Problem requirements: Among the entries below, how many lines have the word "Circle"? Answer only with the number.

━━━━

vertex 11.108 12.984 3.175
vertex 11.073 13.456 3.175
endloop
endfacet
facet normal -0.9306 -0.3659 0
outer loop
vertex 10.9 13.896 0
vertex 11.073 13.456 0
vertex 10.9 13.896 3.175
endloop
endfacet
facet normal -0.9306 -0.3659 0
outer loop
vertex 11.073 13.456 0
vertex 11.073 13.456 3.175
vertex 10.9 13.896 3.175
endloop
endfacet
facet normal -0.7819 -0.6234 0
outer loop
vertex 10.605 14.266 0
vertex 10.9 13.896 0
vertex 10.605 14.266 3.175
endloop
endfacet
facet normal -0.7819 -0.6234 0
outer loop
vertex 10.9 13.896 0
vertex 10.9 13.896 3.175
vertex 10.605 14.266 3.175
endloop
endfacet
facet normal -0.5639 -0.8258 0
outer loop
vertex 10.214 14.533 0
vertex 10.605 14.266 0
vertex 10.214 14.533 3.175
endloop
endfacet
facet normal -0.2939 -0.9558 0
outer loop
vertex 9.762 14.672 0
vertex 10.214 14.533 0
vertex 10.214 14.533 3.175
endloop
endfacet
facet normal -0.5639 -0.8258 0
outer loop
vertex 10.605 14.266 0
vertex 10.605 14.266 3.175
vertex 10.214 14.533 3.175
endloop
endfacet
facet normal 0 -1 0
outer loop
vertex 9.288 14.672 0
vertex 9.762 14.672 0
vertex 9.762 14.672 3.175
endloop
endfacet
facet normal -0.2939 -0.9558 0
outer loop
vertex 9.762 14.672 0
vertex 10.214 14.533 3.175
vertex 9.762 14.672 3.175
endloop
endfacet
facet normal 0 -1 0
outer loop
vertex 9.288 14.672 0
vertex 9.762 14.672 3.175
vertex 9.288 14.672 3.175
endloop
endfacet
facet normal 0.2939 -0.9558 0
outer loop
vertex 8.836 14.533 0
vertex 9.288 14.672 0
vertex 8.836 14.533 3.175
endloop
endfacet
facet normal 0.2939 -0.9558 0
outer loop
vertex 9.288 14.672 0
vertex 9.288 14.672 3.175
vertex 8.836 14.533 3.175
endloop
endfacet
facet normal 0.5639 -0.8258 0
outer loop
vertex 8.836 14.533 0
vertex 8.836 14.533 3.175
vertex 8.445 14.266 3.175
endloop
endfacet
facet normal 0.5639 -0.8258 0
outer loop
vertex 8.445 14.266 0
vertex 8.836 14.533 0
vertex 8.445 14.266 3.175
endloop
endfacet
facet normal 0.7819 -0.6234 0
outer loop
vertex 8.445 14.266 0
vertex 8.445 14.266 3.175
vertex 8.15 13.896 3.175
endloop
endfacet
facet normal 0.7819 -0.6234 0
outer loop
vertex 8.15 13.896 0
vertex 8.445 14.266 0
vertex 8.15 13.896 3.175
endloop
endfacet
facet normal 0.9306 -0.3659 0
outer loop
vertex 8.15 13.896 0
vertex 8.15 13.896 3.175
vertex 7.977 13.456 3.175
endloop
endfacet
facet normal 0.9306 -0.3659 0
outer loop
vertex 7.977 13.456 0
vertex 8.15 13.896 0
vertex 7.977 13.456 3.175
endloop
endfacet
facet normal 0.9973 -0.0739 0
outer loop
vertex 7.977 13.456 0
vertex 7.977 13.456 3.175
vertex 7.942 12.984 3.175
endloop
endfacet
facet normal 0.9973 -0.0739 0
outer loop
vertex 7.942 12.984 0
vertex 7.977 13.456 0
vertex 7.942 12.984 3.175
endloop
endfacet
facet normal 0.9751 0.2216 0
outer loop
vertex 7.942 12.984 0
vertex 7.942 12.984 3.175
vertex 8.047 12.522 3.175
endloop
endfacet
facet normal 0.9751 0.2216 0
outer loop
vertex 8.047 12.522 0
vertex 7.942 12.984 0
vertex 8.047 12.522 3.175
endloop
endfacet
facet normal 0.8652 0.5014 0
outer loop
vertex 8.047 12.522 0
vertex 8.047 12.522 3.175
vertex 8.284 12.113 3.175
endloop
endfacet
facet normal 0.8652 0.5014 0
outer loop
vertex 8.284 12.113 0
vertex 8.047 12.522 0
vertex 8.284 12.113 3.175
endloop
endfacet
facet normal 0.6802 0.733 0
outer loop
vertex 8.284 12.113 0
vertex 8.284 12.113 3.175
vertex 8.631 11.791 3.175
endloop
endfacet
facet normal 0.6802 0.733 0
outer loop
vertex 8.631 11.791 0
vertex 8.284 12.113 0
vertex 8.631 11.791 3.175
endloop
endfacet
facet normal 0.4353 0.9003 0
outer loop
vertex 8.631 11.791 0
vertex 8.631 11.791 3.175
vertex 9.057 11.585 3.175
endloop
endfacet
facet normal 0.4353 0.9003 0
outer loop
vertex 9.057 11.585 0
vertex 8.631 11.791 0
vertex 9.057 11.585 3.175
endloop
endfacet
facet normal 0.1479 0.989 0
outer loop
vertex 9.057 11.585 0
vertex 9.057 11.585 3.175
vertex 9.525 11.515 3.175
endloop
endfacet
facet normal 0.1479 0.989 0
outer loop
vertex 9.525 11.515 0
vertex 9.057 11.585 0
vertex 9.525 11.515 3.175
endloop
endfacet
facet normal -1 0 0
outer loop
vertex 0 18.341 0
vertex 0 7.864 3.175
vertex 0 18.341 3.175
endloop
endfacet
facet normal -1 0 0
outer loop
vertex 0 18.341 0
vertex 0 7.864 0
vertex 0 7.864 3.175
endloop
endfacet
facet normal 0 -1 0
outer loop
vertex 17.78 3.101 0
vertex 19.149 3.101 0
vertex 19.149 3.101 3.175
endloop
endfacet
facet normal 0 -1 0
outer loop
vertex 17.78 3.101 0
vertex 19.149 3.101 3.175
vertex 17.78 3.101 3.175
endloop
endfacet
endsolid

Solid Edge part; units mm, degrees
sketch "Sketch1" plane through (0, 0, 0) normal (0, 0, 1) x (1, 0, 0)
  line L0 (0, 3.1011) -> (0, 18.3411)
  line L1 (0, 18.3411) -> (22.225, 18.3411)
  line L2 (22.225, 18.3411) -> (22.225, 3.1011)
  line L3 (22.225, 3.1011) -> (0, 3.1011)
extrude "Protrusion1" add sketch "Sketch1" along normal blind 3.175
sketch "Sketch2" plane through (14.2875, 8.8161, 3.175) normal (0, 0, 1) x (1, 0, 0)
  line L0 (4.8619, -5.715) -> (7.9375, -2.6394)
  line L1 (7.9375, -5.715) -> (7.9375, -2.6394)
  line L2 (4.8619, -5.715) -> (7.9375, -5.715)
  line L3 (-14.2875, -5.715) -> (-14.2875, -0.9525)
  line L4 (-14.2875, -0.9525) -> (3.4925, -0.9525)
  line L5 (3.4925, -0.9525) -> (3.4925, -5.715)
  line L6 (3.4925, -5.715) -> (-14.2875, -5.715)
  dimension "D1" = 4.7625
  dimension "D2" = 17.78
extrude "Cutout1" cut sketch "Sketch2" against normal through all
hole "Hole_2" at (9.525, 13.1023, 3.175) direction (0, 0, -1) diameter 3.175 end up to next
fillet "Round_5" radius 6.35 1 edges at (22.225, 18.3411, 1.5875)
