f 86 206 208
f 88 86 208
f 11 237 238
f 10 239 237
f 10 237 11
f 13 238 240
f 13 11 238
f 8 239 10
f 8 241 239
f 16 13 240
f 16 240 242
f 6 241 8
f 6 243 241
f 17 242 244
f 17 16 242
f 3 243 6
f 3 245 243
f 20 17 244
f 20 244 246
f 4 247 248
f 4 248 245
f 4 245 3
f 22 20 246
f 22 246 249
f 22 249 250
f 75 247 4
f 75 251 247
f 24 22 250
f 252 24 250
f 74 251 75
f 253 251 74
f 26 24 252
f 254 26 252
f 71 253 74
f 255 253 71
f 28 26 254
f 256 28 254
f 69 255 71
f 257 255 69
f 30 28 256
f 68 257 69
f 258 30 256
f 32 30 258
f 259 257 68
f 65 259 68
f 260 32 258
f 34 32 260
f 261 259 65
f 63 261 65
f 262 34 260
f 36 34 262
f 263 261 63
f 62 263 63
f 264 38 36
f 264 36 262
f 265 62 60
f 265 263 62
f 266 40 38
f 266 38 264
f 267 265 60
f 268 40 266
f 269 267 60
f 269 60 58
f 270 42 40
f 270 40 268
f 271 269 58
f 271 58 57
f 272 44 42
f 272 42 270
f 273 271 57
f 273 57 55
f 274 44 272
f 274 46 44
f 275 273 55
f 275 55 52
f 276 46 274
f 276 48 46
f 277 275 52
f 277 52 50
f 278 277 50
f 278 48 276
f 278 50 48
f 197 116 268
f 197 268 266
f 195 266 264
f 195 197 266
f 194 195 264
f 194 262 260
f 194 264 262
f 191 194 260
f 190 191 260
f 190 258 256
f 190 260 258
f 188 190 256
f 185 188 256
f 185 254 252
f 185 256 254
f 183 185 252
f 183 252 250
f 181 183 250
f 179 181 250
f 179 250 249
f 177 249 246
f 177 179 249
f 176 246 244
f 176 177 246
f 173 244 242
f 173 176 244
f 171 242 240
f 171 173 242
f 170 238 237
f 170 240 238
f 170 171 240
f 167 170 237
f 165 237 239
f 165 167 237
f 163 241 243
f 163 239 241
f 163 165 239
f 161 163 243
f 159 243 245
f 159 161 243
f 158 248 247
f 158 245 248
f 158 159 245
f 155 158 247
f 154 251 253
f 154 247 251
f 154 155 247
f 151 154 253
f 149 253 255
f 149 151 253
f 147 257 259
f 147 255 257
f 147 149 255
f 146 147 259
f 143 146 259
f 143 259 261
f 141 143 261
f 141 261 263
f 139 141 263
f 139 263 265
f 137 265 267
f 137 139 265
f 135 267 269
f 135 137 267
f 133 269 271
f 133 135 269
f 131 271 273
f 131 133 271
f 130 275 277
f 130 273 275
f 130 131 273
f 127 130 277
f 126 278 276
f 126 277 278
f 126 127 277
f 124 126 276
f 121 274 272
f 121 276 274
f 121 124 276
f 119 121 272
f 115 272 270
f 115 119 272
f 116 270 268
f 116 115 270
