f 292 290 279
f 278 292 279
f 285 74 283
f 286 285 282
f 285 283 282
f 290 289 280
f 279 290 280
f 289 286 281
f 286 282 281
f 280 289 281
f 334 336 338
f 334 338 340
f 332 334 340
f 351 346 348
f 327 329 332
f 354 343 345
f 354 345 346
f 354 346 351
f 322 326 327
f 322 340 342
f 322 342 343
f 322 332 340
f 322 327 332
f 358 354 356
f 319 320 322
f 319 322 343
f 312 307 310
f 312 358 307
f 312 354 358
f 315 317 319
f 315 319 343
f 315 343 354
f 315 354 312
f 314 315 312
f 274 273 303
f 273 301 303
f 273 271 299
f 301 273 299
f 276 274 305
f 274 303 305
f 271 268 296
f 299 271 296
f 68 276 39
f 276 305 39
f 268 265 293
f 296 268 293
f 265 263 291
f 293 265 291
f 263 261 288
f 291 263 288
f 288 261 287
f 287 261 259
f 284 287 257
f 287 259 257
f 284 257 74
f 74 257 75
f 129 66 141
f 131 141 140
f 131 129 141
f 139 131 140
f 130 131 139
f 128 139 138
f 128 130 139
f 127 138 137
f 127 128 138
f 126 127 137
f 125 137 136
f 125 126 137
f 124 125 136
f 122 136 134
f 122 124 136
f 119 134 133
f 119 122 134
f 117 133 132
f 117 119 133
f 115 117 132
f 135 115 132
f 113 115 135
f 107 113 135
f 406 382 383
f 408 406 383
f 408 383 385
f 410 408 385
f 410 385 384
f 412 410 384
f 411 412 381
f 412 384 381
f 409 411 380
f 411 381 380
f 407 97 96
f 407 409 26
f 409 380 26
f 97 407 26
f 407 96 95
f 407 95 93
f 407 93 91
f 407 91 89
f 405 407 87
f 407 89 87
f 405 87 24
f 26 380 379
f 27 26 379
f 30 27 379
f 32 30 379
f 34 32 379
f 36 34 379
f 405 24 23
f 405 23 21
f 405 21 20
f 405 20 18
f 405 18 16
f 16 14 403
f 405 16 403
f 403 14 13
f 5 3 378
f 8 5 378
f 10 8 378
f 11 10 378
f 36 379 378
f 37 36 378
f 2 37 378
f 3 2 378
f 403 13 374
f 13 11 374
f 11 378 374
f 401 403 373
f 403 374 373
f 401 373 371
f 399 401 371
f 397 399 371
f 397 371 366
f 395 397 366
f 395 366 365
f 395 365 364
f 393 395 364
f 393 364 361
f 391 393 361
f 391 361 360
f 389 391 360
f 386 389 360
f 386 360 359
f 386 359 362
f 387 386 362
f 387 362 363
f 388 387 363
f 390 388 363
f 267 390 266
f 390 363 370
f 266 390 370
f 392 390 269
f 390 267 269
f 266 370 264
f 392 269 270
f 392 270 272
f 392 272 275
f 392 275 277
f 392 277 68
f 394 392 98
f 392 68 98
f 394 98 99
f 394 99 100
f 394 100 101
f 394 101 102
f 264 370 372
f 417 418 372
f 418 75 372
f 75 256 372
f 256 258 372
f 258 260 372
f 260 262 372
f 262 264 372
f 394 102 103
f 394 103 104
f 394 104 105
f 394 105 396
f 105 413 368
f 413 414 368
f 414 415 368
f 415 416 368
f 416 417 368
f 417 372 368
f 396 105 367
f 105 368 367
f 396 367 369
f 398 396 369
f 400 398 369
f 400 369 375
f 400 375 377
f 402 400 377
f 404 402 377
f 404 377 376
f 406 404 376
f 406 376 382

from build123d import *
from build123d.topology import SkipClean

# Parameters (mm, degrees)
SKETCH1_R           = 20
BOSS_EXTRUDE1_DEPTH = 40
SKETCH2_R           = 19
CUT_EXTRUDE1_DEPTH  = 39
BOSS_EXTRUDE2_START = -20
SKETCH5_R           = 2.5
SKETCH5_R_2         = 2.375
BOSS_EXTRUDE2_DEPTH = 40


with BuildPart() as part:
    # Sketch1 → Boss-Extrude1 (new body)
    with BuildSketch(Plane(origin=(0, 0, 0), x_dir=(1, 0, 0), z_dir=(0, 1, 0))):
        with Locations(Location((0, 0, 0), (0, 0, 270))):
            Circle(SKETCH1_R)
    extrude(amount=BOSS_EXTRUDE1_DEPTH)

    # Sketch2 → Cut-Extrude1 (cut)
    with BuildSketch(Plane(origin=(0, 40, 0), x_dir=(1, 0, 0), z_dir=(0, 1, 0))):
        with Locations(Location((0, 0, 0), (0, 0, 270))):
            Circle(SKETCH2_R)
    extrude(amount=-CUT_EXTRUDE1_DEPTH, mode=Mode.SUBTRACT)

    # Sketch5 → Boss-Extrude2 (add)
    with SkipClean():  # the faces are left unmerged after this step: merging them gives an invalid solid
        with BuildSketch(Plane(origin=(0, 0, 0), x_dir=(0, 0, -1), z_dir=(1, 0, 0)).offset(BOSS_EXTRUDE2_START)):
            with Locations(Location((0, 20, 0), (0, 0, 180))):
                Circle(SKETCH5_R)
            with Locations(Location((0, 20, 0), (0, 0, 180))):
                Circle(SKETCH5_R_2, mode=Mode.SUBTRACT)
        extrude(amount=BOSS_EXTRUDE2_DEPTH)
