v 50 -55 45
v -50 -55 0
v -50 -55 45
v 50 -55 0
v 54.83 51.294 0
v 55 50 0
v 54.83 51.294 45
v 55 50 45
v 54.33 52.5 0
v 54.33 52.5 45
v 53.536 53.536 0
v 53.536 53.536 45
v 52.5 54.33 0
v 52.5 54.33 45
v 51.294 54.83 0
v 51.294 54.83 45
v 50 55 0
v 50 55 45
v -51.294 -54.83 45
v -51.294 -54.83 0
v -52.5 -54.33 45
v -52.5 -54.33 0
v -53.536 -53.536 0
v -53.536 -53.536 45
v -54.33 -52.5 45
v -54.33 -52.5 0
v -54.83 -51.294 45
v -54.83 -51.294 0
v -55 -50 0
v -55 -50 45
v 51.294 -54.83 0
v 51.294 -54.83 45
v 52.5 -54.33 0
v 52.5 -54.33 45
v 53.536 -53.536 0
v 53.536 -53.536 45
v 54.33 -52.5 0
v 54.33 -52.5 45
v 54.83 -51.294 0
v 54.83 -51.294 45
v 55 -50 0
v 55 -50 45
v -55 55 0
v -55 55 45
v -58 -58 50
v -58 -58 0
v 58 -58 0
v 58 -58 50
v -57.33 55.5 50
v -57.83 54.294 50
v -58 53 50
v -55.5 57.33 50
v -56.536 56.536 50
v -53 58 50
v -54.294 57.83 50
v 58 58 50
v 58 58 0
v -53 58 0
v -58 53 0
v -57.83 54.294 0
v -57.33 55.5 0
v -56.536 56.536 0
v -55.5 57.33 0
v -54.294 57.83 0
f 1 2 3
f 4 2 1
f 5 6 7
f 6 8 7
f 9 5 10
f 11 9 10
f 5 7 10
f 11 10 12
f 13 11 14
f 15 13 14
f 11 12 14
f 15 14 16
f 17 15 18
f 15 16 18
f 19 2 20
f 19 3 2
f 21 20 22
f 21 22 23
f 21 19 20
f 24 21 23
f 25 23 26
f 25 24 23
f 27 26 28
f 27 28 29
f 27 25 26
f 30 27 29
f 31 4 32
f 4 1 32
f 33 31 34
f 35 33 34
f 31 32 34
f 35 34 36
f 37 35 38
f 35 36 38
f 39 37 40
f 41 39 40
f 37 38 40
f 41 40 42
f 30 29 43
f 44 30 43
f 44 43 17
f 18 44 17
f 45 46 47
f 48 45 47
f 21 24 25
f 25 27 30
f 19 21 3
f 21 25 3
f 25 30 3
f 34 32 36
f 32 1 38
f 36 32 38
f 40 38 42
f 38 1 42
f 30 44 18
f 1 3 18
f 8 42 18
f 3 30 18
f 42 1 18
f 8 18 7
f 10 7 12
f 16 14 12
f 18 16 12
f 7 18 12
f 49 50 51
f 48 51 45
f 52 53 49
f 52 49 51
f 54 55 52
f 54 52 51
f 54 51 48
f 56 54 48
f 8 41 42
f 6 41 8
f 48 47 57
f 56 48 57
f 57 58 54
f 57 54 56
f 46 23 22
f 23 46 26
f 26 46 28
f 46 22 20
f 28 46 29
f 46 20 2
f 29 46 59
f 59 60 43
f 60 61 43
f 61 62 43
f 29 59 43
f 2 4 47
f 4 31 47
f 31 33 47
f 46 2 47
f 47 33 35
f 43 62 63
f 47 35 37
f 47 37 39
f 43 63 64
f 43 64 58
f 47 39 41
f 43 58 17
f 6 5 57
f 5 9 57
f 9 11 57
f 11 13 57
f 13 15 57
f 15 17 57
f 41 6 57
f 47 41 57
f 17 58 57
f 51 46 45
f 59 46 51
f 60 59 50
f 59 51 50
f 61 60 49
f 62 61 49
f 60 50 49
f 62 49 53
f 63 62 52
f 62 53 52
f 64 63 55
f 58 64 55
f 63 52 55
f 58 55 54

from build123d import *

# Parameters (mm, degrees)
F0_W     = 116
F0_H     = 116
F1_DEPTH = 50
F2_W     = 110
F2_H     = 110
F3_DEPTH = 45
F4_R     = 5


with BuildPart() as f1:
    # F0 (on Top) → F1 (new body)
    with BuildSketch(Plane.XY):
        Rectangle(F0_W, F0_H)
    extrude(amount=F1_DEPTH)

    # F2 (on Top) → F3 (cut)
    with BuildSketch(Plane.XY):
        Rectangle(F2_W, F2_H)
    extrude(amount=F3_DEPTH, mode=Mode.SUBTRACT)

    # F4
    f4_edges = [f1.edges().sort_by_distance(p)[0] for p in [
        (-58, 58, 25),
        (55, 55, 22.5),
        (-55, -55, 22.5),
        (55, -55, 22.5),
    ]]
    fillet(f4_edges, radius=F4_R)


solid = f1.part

━━━━

The answer: 4